A series of attacks in Paris dealt France its deadliest blow in decades, prompting its president to declare a state of emergency and close its borders.
French officials say more than 150 people were killed in a series of coordinated shootings and bombings across the French capital on Friday night. At least 100 people were killed in one attack on the Paris Bataclan concert hall, where gunmen were holding an unknown number of hostages. French police stormed the hall, killing the four Bataclan attackers, authorities said.
French President Francois Hollande put the country under a state of emergency, closing its borders and mobilizing at least 1,500 troops across the country. “As I speak,” he told his nation in a televised address, “terrorist attacks of an unprecedented scale are taking place in the Paris region.” It was one of the deadliest attacks in a Western nation since the Sept. 11, 2001 terror strikes on America.
Shortly after the police raid on the Bataclan concert hall, Hollande traveled to the site and said France will fight the attackers “without mercy.”

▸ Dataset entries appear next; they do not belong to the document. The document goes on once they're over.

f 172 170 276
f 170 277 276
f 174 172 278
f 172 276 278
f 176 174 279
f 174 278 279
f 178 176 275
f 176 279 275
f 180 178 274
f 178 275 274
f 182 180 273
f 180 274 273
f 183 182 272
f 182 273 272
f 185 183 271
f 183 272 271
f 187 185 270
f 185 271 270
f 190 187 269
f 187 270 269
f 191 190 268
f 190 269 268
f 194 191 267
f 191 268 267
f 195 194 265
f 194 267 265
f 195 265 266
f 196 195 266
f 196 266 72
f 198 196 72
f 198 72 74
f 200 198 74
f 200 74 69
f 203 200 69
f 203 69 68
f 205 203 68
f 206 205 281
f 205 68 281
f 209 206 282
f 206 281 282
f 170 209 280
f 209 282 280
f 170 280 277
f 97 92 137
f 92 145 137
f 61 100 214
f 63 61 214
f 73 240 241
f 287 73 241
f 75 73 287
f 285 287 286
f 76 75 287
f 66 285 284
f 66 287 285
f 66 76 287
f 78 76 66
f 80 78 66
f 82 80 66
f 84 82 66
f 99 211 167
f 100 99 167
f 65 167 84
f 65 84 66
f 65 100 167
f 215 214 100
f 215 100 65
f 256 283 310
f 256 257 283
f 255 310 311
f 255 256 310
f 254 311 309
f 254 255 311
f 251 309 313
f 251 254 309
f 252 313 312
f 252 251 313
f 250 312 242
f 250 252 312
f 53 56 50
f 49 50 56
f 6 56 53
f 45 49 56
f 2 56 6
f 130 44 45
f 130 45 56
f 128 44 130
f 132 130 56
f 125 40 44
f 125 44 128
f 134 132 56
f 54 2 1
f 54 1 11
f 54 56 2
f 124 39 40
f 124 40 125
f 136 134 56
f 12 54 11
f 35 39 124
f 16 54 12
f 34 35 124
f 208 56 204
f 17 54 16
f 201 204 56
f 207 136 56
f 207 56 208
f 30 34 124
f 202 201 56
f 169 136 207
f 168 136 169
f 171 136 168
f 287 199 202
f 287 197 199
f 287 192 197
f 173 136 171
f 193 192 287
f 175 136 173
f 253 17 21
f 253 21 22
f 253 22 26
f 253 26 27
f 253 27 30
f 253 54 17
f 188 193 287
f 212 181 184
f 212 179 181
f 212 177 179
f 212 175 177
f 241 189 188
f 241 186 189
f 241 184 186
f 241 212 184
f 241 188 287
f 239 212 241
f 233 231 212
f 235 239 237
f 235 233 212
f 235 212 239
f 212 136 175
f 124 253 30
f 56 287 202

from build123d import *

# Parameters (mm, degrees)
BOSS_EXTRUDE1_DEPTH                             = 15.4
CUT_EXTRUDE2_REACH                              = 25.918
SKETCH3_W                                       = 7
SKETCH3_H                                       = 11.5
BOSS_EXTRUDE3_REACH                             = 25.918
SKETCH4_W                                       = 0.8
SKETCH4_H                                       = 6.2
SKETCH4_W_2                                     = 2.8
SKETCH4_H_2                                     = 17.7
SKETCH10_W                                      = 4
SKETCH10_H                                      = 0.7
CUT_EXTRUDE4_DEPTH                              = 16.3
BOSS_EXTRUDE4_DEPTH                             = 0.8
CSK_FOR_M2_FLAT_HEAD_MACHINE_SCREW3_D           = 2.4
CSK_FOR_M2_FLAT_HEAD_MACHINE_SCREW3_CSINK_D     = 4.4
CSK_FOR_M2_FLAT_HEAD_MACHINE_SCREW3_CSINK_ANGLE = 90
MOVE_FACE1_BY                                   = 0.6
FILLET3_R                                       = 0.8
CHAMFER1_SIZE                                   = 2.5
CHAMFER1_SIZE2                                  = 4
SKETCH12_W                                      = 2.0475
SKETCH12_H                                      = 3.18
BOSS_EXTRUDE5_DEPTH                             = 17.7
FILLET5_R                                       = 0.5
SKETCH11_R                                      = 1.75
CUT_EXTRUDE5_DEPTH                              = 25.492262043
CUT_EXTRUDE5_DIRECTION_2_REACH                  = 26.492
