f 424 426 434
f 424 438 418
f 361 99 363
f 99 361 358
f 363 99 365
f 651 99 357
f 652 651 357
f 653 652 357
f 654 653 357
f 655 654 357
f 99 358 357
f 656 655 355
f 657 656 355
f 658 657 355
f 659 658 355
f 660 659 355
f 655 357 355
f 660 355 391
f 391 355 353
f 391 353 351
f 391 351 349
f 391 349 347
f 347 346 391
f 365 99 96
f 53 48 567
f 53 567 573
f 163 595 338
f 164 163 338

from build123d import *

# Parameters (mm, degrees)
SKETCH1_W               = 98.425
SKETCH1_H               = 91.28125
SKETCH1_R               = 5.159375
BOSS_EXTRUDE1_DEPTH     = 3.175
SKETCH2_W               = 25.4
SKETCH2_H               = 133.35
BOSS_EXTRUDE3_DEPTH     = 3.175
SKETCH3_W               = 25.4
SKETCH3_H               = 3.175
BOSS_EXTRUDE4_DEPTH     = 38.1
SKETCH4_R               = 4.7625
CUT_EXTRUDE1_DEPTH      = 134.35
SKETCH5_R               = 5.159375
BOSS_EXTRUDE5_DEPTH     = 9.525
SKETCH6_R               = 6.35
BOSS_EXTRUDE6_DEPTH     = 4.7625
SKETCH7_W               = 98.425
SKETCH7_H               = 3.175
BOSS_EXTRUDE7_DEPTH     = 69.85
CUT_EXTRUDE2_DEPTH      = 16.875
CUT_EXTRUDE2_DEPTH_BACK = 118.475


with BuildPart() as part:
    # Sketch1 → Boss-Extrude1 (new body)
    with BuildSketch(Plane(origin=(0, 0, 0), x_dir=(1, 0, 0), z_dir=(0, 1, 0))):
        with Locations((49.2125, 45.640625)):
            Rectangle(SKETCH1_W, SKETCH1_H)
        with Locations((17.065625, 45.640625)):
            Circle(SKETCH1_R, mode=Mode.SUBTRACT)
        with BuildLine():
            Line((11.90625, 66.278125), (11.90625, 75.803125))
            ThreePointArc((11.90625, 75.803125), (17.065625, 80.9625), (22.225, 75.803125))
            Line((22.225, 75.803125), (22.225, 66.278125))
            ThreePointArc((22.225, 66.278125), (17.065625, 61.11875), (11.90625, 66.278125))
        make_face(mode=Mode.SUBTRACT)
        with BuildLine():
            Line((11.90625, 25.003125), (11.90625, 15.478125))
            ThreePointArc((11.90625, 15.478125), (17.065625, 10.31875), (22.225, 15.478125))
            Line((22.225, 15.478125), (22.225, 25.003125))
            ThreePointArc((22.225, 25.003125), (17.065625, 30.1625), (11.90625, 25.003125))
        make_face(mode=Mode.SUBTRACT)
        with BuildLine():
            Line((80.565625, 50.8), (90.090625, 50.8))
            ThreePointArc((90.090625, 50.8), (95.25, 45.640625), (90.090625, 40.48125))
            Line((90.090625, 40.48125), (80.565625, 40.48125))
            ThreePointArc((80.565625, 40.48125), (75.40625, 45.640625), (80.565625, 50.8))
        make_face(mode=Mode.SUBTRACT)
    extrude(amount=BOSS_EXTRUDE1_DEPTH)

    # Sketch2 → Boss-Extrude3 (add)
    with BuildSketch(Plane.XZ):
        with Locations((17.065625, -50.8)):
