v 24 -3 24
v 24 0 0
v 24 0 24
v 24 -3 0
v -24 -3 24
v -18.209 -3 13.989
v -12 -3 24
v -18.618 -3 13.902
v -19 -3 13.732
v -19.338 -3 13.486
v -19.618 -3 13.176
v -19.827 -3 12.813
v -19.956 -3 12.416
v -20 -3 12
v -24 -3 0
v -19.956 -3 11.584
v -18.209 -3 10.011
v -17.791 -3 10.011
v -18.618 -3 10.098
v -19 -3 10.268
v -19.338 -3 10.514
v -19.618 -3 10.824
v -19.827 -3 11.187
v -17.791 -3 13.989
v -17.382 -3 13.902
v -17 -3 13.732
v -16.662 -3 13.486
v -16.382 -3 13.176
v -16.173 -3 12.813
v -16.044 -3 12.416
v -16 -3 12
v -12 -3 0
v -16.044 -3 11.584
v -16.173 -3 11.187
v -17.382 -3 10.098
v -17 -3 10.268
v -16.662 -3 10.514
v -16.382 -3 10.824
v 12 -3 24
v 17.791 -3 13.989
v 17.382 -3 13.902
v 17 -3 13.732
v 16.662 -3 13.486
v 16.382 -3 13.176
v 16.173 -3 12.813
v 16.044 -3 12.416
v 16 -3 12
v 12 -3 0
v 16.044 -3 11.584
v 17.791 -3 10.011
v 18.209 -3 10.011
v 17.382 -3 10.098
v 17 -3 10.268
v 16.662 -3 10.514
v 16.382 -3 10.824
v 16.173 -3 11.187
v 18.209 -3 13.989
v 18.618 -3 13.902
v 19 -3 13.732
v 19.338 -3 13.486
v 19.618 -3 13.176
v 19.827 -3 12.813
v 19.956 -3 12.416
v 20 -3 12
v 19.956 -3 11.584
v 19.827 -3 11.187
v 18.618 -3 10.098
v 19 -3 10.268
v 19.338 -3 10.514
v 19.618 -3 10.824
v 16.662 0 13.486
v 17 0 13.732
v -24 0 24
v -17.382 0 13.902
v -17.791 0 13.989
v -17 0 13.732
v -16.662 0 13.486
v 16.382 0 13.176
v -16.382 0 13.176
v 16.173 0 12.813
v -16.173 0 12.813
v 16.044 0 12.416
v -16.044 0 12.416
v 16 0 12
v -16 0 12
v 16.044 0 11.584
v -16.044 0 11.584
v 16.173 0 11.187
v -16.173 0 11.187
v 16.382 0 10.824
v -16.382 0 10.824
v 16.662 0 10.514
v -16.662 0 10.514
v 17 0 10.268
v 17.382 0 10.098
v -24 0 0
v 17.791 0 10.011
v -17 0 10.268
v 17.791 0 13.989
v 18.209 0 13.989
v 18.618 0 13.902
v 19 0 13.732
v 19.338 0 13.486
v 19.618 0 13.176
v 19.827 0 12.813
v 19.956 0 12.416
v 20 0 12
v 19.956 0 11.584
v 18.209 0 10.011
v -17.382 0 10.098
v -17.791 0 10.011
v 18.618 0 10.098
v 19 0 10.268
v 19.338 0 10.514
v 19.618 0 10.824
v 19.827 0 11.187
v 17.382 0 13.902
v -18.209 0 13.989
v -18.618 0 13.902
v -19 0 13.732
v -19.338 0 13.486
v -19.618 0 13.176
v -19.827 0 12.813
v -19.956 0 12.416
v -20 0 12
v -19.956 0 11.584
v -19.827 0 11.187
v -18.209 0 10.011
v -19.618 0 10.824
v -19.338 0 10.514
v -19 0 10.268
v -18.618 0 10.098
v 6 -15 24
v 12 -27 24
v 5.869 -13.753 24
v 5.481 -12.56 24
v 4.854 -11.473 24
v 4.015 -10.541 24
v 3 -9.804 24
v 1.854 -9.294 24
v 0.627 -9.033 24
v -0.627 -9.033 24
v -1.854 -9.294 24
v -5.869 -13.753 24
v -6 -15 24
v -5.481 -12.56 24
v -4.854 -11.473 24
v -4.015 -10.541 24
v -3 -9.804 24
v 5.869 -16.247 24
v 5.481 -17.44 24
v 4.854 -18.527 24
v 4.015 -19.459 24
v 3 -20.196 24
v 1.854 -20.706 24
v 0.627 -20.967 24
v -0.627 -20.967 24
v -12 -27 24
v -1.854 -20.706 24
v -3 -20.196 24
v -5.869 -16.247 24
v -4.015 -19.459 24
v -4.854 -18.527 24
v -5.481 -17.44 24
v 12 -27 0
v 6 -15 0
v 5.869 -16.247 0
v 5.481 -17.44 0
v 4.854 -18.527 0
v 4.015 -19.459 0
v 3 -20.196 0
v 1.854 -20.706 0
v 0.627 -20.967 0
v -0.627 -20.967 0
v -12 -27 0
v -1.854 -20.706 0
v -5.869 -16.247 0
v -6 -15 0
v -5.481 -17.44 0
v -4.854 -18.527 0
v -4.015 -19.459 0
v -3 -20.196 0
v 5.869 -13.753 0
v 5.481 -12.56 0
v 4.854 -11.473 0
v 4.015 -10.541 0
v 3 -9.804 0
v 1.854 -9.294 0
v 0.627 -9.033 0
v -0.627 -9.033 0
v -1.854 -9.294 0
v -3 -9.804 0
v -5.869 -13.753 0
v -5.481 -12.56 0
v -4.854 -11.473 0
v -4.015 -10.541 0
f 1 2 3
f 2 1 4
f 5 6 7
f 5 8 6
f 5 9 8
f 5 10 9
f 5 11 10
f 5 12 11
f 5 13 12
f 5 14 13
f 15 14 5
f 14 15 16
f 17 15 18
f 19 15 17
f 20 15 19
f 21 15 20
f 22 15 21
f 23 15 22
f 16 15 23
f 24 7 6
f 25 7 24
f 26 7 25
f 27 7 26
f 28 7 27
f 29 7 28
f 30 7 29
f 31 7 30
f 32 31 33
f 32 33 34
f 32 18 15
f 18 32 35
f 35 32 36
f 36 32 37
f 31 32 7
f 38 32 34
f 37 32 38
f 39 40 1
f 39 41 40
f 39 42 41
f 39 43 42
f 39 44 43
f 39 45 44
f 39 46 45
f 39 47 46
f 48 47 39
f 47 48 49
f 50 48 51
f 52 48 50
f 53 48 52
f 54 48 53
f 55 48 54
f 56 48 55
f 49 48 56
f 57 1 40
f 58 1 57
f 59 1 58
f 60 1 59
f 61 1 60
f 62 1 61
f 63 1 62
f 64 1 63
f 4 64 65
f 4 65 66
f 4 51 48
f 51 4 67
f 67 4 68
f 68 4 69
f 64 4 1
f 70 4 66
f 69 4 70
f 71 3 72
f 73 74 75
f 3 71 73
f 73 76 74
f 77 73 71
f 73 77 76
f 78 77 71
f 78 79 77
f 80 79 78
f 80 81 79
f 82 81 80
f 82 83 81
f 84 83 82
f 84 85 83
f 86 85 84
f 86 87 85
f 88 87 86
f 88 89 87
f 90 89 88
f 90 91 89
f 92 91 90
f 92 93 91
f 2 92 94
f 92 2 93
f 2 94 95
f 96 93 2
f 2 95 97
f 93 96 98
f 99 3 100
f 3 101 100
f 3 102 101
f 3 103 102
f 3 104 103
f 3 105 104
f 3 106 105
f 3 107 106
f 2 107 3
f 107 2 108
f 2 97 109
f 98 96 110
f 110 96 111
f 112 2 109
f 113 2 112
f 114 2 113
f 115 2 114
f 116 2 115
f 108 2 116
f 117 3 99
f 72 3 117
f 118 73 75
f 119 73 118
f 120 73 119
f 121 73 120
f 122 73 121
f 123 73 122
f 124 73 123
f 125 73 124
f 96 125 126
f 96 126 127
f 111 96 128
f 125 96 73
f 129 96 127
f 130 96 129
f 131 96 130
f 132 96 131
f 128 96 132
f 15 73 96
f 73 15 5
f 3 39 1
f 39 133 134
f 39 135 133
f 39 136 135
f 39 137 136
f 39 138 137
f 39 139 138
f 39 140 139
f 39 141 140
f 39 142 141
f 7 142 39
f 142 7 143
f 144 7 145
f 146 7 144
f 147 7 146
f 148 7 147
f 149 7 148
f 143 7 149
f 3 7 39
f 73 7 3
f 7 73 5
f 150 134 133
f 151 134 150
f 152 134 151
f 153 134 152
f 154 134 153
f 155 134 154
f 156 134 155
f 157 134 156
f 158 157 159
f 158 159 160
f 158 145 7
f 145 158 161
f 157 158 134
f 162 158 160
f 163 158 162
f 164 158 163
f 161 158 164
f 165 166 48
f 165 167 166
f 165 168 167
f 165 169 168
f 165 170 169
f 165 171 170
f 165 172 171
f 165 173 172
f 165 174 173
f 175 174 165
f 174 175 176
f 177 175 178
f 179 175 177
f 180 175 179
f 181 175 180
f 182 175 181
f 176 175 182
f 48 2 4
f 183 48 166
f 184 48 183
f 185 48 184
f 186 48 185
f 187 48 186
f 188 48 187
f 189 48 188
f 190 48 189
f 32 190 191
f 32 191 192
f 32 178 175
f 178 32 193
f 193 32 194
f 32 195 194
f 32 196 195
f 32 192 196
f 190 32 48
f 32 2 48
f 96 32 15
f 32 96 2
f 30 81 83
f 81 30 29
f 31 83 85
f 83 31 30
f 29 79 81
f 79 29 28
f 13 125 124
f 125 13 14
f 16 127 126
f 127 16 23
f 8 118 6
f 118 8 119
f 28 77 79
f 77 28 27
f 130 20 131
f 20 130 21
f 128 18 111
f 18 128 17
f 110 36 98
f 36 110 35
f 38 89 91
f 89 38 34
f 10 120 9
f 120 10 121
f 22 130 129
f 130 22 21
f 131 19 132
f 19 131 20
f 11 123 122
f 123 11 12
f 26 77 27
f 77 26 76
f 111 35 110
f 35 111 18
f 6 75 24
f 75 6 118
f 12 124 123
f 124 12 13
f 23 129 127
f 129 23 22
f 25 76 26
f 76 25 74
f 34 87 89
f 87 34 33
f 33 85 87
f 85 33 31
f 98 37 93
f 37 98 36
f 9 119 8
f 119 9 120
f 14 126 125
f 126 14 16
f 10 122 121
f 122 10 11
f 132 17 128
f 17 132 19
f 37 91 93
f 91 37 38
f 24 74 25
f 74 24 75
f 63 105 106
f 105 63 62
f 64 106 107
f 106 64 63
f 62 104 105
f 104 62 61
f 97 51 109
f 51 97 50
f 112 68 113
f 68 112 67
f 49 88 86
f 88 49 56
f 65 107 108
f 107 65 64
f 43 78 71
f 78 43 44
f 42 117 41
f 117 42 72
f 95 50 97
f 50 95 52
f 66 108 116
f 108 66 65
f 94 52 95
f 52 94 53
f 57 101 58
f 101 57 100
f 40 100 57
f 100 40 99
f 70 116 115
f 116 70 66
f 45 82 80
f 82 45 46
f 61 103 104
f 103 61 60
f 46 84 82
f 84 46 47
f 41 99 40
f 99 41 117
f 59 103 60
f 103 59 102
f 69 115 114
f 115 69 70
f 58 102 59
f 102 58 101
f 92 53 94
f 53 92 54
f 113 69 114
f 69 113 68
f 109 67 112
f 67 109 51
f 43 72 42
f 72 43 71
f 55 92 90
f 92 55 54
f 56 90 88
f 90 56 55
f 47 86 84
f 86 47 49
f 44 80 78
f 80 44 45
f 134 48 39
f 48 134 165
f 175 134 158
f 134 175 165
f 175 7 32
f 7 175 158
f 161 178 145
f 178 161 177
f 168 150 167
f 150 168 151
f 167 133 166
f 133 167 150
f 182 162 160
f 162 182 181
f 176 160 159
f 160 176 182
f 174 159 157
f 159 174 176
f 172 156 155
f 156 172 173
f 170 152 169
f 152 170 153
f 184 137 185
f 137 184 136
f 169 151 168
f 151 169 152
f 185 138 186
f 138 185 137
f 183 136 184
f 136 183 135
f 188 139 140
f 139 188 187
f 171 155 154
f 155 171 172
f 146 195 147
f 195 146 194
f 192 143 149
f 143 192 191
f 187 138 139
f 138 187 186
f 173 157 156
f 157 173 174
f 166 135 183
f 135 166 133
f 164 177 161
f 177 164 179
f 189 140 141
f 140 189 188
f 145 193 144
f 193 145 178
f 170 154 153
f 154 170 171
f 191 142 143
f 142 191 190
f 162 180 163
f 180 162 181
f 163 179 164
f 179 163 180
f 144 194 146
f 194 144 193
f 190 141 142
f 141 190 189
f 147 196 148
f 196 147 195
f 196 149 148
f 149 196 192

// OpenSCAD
// file: common.scad
/*--------------------------------------------------------------------------*
* Sizes and common routines for the CNC parts
*---------------------------------------------------------------------------*
* 13-Jul-2014 ShaneG
*
* First set of definitions using the components I have to experiment with.
*--------------------------------------------------------------------------*/

//---------------------------------------------------------------------------
// Common definitions
//---------------------------------------------------------------------------

RESOLUTION  = 0.1; // Resolution of your printer

PANEL_DEPTH = 3.0; // The prefered size of any shell material

BOLT_SIZE = 4.0; // Diameter of connecting bolts (M4)

BED_TO_MOUNT = 15.0;

GUIDE_ROD_DIAMETER = 12.00;

BEARING_DIAMETER = 22.00;
BEARING_HEIGHT   = 7.00;

//---------------------------------------------------------------------------
// Nuts
//---------------------------------------------------------------------------

/* Hex Nut
**
** Dimensios for a hex nut. The 'outer' diameter (ie: straight side to
** parallel straight side) of the nut does not seem very consistent -
** measurements indicate a 0.5mm range of error across nuts.
*/

NUT_OUTER_DIAMETER = 13.00;
NUT_INNER_DIAMETER = 8.50;  // Enough room for the bore and thread
NUT_HEIGHT         = 6;

/** Create a hexagon.
 *
 * The 'length' parameter specifies the distance from the center of the
 * hexagon to the center of one of the six straight edges. The 'depth'
 * parameter specifies the size in the Z axis. The resulting object
 * is centered on the origin.
 */
module hexagon(length, depth = 2) {
  width = 2 * length * tan(30);
  union() {
    cube(size = [ length * 2, width, depth ], center = true);
    rotate(a = [ 0, 0, 60 ]) {
      cube(size = [ length * 2, width, depth ], center = true);
      }
    rotate(a = [ 0, 0, -60 ]) {
      cube(size = [ length * 2, width, depth ], center = true);
      }
    }
  }

/** Create a hex nut object
 *
 * This function creates a hex nut (centered on the origin) that contains a
 * hole through the center.
 */
module hexnut(depth = NUT_HEIGHT) {
  difference() {
    hexagon(NUT_OUTER_DIAMETER / 2, depth);
    cylinder(h = 2 * depth, r = NUT_INNER_DIAMETER / 2, center = true, $fs = RESOLUTION);
    }
  }

/** Create a negative hex nut object
 *
 * This function creates a hex nut (centered on the origin) that can be subtracted
 * from another shape to allow a hole for the nut to fit into.
 */
module hexnut_negative(depth = NUT_HEIGHT, spindle = NUT_HEIGHT) {
  union() {
    hexagon(NUT_OUTER_DIAMETER / 2, depth);
    cylinder(h = max(2 * depth, spindle), r = NUT_INNER_DIAMETER / 2, center = true, $fs = RESOLUTION);
    }
  }
// main file
/*--------------------------------------------------------------------------*
* X dimension mount connectors
*---------------------------------------------------------------------------*
* 13-Jul-2014 ShaneG
*
* The connector in the X dimension
*--------------------------------------------------------------------------*/
include <common.scad>;

//--- Common definitions
STEM_WIDTH  = GUIDE_ROD_DIAMETER * 2; // Width (in X) of the stem
STEM_HEIGHT = GUIDE_ROD_DIAMETER * 2; // Height (in Y) of the stem
STEM_DEPTH  = BED_TO_MOUNT + GUIDE_ROD_DIAMETER;

//---------------------------------------------------------------------------
// Helper modules
//---------------------------------------------------------------------------

/** Create the base
 *
 * The base needs to provide enough space for two connecting bolts and a
 * stem. The resulting object is centered around the Z axis and vertical
 * based at Z = 0.
 */
module baseplate() {
  plate_width = STEM_WIDTH + (6 * BOLT_SIZE);
  plate_height = max(STEM_HEIGHT, 3 * BOLT_SIZE);
  difference() {
    // Create the base plate
    translate(v = [ 0, 0, PANEL_DEPTH / 2 ]) {
      cube(size = [ plate_width, plate_height, PANEL_DEPTH ], center = true);
      }
    // Cut holes for the bolts
    translate(v = [ -((plate_width / 2) - (1.5 * BOLT_SIZE)), 0, 0 ]) {
      cylinder(h = PANEL_DEPTH * 4, r = BOLT_SIZE / 2, center = true, $fs = RESOLUTION);
      }
    translate(v = [ (plate_width / 2) - (1.5 * BOLT_SIZE), 0, 0 ]) {
      cylinder(h = PANEL_DEPTH * 4, r = BOLT_SIZE / 2, center = true, $fs = RESOLUTION);
      }
    }
  }

/** Create the stem
 *
 * The stem is centered around the Z axis and vertically based at Z = 0. The
 * height of the stem is such that the center of the nut is BED_TO_MOUNT mm
 * from Z = 0.
 */
module stem() {
  difference() {
    translate(v = [ -STEM_WIDTH / 2, -STEM_HEIGHT / 2, 0 ]) {
      cube(size = [ STEM_WIDTH, STEM_HEIGHT, STEM_DEPTH ], center = false);
      }
    translate(v = [ 0, 0, BED_TO_MOUNT ]) {
      rotate(a = [ 90, 0, 0 ]) {
        cylinder(h = 2 * STEM_WIDTH, r = GUIDE_ROD_DIAMETER / 2, center = true, $fs = RESOLUTION);
        }
      }
    }
  }

//---------------------------------------------------------------------------
// Main shape
//---------------------------------------------------------------------------

translate(v = [ 0, 0, STEM_HEIGHT / 2 ]) {
  rotate(a = [ 90, 0, 0 ]) {
    union() {
      baseplate();
      stem();
      }
    }
  }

“We will lead the fight,” he said. “It will be ruthless.”
By early Saturday, police announced that all the Bataclan attackers had been killed.
There have been at least five attacks across the city. Here is a map of the locations of the attacks:
So far, no individual or group has claimed responsibility for the attacks. Backers of ISIS and other extremist groups took to social media to praise the killings.
Paris-based reporter Jake Cigainero told PRI’s The World that two shooters opened fire on a restaurant called le Petite Cambodge, then holed up in the theater where they held the hostages. A ewitness inside the theater said the attackers were shooting for at least 15 minutes, reloading their guns three times.
Police called the concert venue “a scene of apocalypse,” according to Cigainero.
Hollande has canceled his upcoming trip to Turkey for the Group of 20 summit, and will hold a meeting with his defense council on Saturday morning.
France, which had been on heightened alert since the terror attack on the offices of the Charlie Hebdo satirical magazine in January, had further upped border security in preparation for a upcoming UN summit on climate change, scheduled in Paris less than three weeks from now. More than 100 world leaders are expected to attend.
For now, the border is shut.
“This means no one gets in, and no one gets out until authorities are certain exactly what is happening and who is responsible for these attacks,” Cigainero says.
From the White House, President Barack Obama condemned the attackers. This, he said, was “an attack not just on Paris and not just on people of France, but this is an attack on all of humanity and the universal values that we share.”
“We’re going to do whatever it takes … to bring these terrorists to justice,” he said.
— The White House (@WhiteHouse) November 13, 2015
“These are a lot more coordinated, a lot more sophisticated than we saw during the Charlie Hebdo attack,” Vivienne Walt, a Paris-based correspondent for Time, told PRI’s The World.
Photographer and filmmaker Shane McMillan was in his apartment in the 11th district when the shootings broke out outside. He told PRI’s The World that he saw at least 10-15 people injured.
“I can’t tell who’s wounded and who’s not,” he said. “Everyone has blood on them.”
On social media, Parisians are posting their addresses, using the hashtag #PorteOuverte for those who need shelter in Paris.